They are stunning!! Were you looking at a horse when you were sketching them or a photo? Or were you just picturing the horse in your head? they are brill!!!


----------



## tinyliny (Oct 31, 2009)

I was referencing photos.


----------



## xXRubyXx (Jun 23, 2013)

They're beautiful!


----------



## XprincessX (Jun 22, 2013)

tinyliny said:


> this is the best one, IMO:


omg these are amazing, great work


----------



## Nibblesforlife (Feb 27, 2013)

Wow your art ork is beautiful


----------



## Equineheart223 (Jul 2, 2013)

These look great tiny! Your sketches are really full of action and movement!
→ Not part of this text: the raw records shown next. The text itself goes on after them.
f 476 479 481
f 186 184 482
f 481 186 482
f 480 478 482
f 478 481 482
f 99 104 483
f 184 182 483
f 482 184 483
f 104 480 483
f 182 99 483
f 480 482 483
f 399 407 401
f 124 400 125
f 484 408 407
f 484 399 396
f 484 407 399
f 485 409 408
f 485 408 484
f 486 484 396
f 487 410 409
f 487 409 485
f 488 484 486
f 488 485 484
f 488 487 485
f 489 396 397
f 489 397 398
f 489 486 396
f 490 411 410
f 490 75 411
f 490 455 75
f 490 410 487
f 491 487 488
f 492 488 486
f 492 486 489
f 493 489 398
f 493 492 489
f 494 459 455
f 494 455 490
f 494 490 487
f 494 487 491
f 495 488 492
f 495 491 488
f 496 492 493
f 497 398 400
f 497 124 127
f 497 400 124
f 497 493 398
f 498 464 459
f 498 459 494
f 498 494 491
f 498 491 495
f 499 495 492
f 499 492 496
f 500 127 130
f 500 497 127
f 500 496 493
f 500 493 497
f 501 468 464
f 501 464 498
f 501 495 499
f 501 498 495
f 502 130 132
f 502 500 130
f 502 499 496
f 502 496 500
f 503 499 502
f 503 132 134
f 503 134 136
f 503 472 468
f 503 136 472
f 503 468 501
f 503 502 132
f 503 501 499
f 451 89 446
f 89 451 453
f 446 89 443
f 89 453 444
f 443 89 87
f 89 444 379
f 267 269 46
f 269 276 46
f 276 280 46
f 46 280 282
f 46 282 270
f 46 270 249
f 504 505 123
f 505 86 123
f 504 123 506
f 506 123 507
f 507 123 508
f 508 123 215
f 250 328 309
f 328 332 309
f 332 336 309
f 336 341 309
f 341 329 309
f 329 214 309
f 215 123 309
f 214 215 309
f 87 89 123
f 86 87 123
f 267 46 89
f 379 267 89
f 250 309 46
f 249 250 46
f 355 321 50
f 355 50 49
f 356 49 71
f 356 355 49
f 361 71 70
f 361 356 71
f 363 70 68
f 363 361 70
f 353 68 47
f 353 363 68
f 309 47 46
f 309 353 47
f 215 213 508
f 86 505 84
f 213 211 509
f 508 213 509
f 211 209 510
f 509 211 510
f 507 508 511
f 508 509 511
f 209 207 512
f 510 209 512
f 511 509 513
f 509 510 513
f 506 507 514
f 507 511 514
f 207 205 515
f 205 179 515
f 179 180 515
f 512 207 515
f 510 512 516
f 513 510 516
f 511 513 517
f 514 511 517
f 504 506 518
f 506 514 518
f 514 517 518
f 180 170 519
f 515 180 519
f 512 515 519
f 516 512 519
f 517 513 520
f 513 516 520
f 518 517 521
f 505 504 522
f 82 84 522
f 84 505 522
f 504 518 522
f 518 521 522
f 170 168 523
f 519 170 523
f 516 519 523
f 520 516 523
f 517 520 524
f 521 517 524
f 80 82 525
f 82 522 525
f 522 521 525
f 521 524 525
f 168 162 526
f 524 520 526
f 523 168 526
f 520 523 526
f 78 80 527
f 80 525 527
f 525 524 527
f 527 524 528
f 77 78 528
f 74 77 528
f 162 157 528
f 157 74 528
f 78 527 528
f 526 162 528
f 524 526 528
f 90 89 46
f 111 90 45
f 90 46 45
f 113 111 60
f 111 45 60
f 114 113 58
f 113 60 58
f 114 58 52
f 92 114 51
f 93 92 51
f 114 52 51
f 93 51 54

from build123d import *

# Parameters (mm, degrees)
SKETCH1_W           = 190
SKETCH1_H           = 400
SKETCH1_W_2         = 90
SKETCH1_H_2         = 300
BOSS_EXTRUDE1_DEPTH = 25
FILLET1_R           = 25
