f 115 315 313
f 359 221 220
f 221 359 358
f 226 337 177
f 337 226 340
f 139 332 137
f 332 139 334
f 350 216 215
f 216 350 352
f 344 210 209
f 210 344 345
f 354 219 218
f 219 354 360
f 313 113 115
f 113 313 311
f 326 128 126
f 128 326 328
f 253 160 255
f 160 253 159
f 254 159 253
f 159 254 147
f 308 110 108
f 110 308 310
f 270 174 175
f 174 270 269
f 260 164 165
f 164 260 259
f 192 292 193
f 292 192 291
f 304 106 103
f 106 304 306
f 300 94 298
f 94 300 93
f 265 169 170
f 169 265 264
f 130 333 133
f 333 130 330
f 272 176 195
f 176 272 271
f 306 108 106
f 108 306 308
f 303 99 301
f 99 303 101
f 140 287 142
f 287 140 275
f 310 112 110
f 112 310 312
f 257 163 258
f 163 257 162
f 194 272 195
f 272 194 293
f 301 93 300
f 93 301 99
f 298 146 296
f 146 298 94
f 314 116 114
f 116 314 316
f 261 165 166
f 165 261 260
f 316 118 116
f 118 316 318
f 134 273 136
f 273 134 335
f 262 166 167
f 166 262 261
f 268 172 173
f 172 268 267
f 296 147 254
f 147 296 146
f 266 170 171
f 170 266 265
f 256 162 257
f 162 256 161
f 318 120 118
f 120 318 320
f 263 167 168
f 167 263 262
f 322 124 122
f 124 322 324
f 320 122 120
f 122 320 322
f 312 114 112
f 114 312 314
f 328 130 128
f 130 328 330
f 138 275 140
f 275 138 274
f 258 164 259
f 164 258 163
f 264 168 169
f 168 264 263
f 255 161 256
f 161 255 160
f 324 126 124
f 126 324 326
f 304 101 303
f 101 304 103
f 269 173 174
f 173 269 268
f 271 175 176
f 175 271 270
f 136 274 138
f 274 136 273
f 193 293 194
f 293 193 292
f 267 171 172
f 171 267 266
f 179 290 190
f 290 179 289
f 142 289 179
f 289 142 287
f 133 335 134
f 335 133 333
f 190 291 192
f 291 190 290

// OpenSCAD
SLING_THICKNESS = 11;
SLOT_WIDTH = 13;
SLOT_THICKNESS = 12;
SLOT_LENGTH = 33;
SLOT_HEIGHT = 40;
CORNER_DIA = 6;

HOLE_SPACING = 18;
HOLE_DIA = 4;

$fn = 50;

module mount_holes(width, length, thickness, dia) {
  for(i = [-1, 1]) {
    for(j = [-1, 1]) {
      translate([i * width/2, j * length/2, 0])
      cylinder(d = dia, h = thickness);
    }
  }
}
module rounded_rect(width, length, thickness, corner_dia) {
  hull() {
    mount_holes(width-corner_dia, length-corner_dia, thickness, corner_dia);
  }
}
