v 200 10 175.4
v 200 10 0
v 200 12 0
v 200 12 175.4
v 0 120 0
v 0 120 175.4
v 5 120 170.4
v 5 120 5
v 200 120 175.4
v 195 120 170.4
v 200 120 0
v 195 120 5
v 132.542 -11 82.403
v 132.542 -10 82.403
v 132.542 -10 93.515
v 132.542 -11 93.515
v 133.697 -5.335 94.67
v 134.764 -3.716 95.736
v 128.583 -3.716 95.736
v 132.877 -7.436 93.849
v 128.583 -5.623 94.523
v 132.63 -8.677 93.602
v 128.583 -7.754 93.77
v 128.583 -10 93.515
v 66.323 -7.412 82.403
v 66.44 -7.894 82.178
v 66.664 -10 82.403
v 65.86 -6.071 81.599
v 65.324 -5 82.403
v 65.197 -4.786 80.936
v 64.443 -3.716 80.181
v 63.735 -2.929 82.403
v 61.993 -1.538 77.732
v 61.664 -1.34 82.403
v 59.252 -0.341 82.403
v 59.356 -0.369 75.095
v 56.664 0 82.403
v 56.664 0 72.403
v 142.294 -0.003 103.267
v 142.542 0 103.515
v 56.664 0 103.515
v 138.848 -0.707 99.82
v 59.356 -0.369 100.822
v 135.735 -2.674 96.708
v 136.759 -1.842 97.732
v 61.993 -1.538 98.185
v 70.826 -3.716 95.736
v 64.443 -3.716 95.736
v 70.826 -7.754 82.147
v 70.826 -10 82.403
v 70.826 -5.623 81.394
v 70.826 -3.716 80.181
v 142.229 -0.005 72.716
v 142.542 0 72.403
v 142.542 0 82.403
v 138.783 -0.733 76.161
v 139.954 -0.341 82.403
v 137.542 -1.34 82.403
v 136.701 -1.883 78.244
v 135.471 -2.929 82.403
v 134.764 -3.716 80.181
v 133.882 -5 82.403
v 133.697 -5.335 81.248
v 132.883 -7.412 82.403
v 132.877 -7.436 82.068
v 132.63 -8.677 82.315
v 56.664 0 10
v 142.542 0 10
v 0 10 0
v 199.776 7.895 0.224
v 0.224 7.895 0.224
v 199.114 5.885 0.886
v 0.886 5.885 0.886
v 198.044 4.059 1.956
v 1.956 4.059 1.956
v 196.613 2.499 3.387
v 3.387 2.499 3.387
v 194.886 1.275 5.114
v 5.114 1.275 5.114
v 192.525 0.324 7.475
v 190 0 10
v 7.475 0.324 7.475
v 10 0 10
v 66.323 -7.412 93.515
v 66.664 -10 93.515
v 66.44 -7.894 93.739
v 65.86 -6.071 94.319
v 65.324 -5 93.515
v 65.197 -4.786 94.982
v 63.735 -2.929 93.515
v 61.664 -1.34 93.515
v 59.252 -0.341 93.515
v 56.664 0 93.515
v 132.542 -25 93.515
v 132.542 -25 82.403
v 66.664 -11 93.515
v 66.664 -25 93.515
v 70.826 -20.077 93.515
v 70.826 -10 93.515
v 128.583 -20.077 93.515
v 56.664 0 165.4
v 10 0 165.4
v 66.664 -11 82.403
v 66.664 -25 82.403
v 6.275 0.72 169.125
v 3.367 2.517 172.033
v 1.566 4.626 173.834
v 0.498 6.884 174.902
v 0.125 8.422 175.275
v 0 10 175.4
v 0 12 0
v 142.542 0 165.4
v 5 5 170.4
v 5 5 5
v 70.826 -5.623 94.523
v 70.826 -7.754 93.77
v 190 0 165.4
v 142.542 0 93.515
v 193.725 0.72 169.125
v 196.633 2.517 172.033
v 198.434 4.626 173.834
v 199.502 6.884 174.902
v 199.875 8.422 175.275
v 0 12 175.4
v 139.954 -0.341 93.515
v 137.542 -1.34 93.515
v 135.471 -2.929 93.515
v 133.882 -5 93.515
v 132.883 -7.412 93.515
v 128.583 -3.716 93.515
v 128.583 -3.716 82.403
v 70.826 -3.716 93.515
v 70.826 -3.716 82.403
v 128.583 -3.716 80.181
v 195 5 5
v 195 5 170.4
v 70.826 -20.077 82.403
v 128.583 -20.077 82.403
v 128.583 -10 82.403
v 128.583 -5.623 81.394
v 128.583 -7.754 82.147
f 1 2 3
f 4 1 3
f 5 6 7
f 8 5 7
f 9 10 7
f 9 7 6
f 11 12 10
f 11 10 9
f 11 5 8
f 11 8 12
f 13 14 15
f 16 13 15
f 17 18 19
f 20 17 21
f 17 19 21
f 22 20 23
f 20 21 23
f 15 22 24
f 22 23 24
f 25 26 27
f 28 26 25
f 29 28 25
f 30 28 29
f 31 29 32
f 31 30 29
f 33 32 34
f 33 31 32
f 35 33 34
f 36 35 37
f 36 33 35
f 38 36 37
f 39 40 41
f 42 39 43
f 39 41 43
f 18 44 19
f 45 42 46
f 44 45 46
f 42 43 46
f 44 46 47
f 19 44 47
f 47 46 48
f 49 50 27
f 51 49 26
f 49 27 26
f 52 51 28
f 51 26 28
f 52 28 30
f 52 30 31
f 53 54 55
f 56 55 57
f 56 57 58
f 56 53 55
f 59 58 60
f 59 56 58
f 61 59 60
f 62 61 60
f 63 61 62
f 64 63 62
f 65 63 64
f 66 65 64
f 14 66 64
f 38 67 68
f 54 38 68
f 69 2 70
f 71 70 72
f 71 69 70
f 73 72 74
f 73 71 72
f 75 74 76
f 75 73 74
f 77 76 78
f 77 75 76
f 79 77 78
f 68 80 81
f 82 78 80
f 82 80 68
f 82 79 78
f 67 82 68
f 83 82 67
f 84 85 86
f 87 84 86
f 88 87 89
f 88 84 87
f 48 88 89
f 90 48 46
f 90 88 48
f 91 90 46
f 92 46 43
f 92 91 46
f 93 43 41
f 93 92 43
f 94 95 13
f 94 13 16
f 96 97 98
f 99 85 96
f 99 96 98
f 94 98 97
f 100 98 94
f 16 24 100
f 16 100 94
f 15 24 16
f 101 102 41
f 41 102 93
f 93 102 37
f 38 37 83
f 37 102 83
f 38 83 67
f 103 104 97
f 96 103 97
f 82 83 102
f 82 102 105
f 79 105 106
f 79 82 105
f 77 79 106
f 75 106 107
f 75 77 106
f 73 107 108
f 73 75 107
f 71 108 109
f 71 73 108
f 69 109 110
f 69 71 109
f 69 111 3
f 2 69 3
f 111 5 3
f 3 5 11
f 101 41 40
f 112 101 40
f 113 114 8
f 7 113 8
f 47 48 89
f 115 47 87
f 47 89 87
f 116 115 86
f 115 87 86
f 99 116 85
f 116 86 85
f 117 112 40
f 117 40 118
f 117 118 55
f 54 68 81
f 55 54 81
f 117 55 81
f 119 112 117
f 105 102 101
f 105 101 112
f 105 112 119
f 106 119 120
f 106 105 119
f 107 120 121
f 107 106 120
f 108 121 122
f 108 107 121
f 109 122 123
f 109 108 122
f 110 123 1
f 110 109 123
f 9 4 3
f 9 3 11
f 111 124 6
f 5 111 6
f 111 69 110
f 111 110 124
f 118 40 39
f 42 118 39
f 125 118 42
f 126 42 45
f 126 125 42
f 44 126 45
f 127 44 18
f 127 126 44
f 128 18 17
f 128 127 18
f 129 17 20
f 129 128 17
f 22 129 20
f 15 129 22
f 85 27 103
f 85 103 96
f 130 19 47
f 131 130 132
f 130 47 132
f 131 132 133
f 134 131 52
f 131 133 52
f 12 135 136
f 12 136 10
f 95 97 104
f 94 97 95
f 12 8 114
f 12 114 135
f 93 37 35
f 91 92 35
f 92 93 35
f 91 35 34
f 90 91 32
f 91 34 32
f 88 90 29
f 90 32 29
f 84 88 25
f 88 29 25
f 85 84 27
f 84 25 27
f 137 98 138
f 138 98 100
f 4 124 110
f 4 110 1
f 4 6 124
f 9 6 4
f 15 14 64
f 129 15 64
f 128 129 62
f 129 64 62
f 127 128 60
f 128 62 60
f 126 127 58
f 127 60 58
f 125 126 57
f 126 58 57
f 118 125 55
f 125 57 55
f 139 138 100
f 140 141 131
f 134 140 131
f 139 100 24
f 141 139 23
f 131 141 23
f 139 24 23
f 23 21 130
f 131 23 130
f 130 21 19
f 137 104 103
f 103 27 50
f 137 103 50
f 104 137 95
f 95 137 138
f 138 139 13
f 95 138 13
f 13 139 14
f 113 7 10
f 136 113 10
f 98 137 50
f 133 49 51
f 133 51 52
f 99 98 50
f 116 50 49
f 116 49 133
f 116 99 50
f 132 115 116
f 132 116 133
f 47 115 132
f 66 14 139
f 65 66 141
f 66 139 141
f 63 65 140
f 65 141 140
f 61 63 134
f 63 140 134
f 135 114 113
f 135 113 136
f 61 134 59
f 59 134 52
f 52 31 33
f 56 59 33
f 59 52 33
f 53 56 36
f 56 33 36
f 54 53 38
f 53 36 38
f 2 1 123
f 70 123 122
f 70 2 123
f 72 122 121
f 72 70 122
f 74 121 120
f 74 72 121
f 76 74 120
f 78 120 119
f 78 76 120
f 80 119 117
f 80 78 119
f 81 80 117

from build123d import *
from build123d.topology import SkipClean

# Parameters (mm, degrees)
SKETCH2_W           = 200
SKETCH2_H           = 120
BOSS_EXTRUDE1_DEPTH = 175.4
SHELL1_T            = -5
SKETCH3_W           = 65.878137889
SKETCH3_H           = 11.111975066
BOSS_EXTRUDE2_DEPTH = 25
SKETCH4_W           = 57.75701827
SKETCH4_H           = 16.361203127
CUT_EXTRUDE1_DEPTH  = 13
FILLET1_START       = 82.402628098
FILLET1_DEPTH       = 11.111975066
FILLET1_START_2     = -1
FILLET1_2_DEPTH     = 202
FILLET1_START_3     = 56.664074803
FILLET1_3_DEPTH     = 85.878137889
FILLET1_START_4     = 58.185895168
FILLET1_4_DEPTH     = 12.639911303
FILLET1_START_5     = 128.582824741
FILLET1_5_DEPTH     = 12.437567587
FILLET1_6_DEPTH     = 177


with BuildPart() as part:
    # Sketch2 → Boss-Extrude1 (new body)
    with BuildSketch(Plane.XY):
        with Locations((100, 60)):
            Rectangle(SKETCH2_W, SKETCH2_H)
    extrude(amount=BOSS_EXTRUDE1_DEPTH)

    # Shell1
    shell1_openings = [part.faces().sort_by_distance(p)[0] for p in [
        (100, 120, 87.7),
    ]]
    offset(amount=SHELL1_T, openings=shell1_openings, kind=Kind.INTERSECTION)

    # Sketch3 → Boss-Extrude2 (add)
    with BuildSketch(Plane.XZ):
        with Locations((99.603143748, 87.958615631)):
            Rectangle(SKETCH3_W, SKETCH3_H)
    extrude(amount=BOSS_EXTRUDE2_DEPTH)

    # Sketch4 → Cut-Extrude1 (cut)
    with BuildSketch(Plane.XY.offset(93.514603164)):
        with Locations((99.704315606, -11.896153919)):
            Rectangle(SKETCH4_W, SKETCH4_H)
    extrude(amount=-CUT_EXTRUDE1_DEPTH, mode=Mode.SUBTRACT)

    # Fillet1: read off the stored shape, not the designer's step
    # Fillet1 outline → Fillet1 (add)
    with BuildSketch(Plane.XY.offset(FILLET1_START)):
        with BuildLine():
            Line((142.542212692, 0), (132.542212692, 0))
            Line((132.542212692, 0), (132.542212692, -10))
            ThreePointArc((132.542212692, -10), (135.47114488, -2.928932188), (142.542212692, 0))
        make_face()
        with BuildLine():
            ThreePointArc((56.664074803, 0), (63.735142615, -2.928932188), (66.664074803, -10))
            Line((66.664074803, -10), (66.664074803, 0))
            Line((66.664074803, 0), (56.664074803, 0))
        make_face()
    extrude(amount=FILLET1_DEPTH)

    # Fillet1 2 outline → Fillet1 2 (cut)
    with BuildSketch(Plane.YZ.offset(FILLET1_START_2)):
        with BuildLine():
            Line((0, 175.4), (0, 165.4))
            ThreePointArc((0, 165.4), (2.928932188, 172.471067812), (10, 175.4))
            Line((10, 175.4), (0, 175.4))
        make_face()
        with BuildLine():
            ThreePointArc((10, 0), (2.928932188, 2.928932188), (0, 10))
            Line((0, 10), (0, 0))
            Line((0, 0), (10, 0))
        make_face()
    extrude(amount=FILLET1_2_DEPTH, mode=Mode.SUBTRACT)

    # Fillet1 3 outline → Fillet1 3 (add)
    with BuildSketch(Plane.YZ.offset(FILLET1_START_3)):
        with BuildLine():
            Line((-3.715552355, 82.402628098), (-3.715552355, 80.181170236))
            ThreePointArc((-3.715552355, 80.181170236), (-0.976572811, 76.712820875), (0, 72.402628098))
            Line((0, 72.402628098), (0, 82.402628098))
            Line((0, 82.402628098), (-3.715552355, 82.402628098))
        make_face()
        with BuildLine():
            Line((-3.715552355, 95.736061025), (-3.715552355, 93.514603164))
            Line((-3.715552355, 93.514603164), (0, 93.514603164))
            Line((0, 93.514603164), (0, 103.514603164))
            ThreePointArc((0, 103.514603164), (-0.976572812, 99.204410387), (-3.715552355, 95.736061025))
        make_face()
    extrude(amount=FILLET1_3_DEPTH)

    # Fillet1 4 outline → Fillet1 4 (add)
    with BuildSketch(Plane.YZ.offset(FILLET1_START_4)):
        with BuildLine():
            ThreePointArc((-10, 82.402628098), (-6.667239986, 81.830921193), (-3.715552355, 80.181170236))
            Line((-3.715552355, 80.181170236), (-3.715552355, 82.402628098))
            Line((-3.715552355, 82.402628098), (-10, 82.402628098))
        make_face()
        with BuildLine():
            Line((-10, 93.514603164), (-3.715552355, 93.514603164))
            Line((-3.715552355, 93.514603164), (-3.715552355, 95.736061025))
            ThreePointArc((-3.715552355, 95.736061025), (-6.667239987, 94.086310068), (-10, 93.514603164))
        make_face()
    extrude(amount=FILLET1_4_DEPTH)

    # Fillet1 5 outline → Fillet1 5 (add)
    with BuildSketch(Plane.YZ.offset(FILLET1_START_5)):
        with BuildLine():
            ThreePointArc((-10, 82.402628098), (-6.667239986, 81.830921193), (-3.715552355, 80.181170236))
            Line((-3.715552355, 80.181170236), (-3.715552355, 82.402628098))
            Line((-3.715552355, 82.402628098), (-10, 82.402628098))
        make_face()
        with BuildLine():
            Line((-10, 93.514603164), (-3.715552355, 93.514603164))
            Line((-3.715552355, 93.514603164), (-3.715552355, 95.736061025))
            ThreePointArc((-3.715552355, 95.736061025), (-6.667239987, 94.086310068), (-10, 93.514603164))
        make_face()
    extrude(amount=FILLET1_5_DEPTH)

    # Fillet1 6 outline → Fillet1 6 (cut)
    with SkipClean():  # the faces are left unmerged after this step: merging them gives an invalid solid
        with BuildSketch(Plane.XY.offset(FILLET1_START_2)):
            with BuildLine():
                Line((200, 12), (200, 10))
                ThreePointArc((200, 10), (197.071067812, 2.928932188), (190, 0))
                Line((190, 0), (142.542212692, 0))
                ThreePointArc((142.542212692, 0), (135.47114488, -2.928932188), (132.542212692, -10))
                Line((132.542212692, -10), (132.542212692, -11))
                Line((132.542212692, -11), (201, -11))
                Line((201, -11), (201, 12))
                Line((201, 12), (200, 12))
            make_face()
            with BuildLine():
                Line((0, 10), (0, 12))
                Line((0, 12), (-1, 12))
                Line((-1, 12), (-1, -11))
                Line((-1, -11), (66.664074803, -11))
                Line((66.664074803, -11), (66.664074803, -10))
                ThreePointArc((66.664074803, -10), (63.735142615, -2.928932188), (56.664074803, 0))
                Line((56.664074803, 0), (10, 0))
                ThreePointArc((10, 0), (2.928932188, 2.928932188), (0, 10))
            make_face()
        extrude(amount=FILLET1_6_DEPTH, mode=Mode.SUBTRACT)


solid = part.part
Keep up the good work! Do you by any chance have an etsy account?


----------



## ladyicon (Mar 13, 2012)

You are very talented. I wish I could do that.


----------



## laurachristine (Sep 24, 2012)

I LOVE your style, very casual but all of the strokes are so well placed I just love them all


----------



## Godgirl (Jul 11, 2013)

Love it!


----------



## candice and mateo (Mar 4, 2011)

*Finally got it framed!!!*

Tiny, thank you so much for this amazing piece of work!!! its beautiful!!!!


----------



## autumnheart (Mar 12, 2012)

These are really good, amazing, actually! I'm jealous! I'm very into art but could not draw a horse to save my life.


----------



## tinyliny (Oct 31, 2009)

*Babies! (human, this time)*

this is a sketch for a commision I will do. babies are very hard to do because of their proportions; very different from adults. I am not so familiar with the use of conte crayon on gray paper but I think I might like this medium. the paper is actually gray, not blue. it is the low lgiht for the photograph that makes it look blue.


----------



## SammysMom (Jul 20, 2013)

You are so talented! These are beautiful.


----------



## CandyCanes (Jul 1, 2013)

Good lord! You have a gift... Use it well  Not many people have that natural affinity with paper and a pencil. Thank you for sharing your wonderful gift with us!


----------



## tinyliny (Oct 31, 2009)

that made my day!


----------



## tinyliny (Oct 31, 2009)

Ok, baby is now finished, in painting form.
here are sketch and finished product.
final painting is 12 by 16 inches , using ink wash on watercolor paper.


----------



## CherokeeDancer (Nov 10, 2013)

So many talented artists on this forum...this is absolutely beautiful! Nice work, great attention to detail.


----------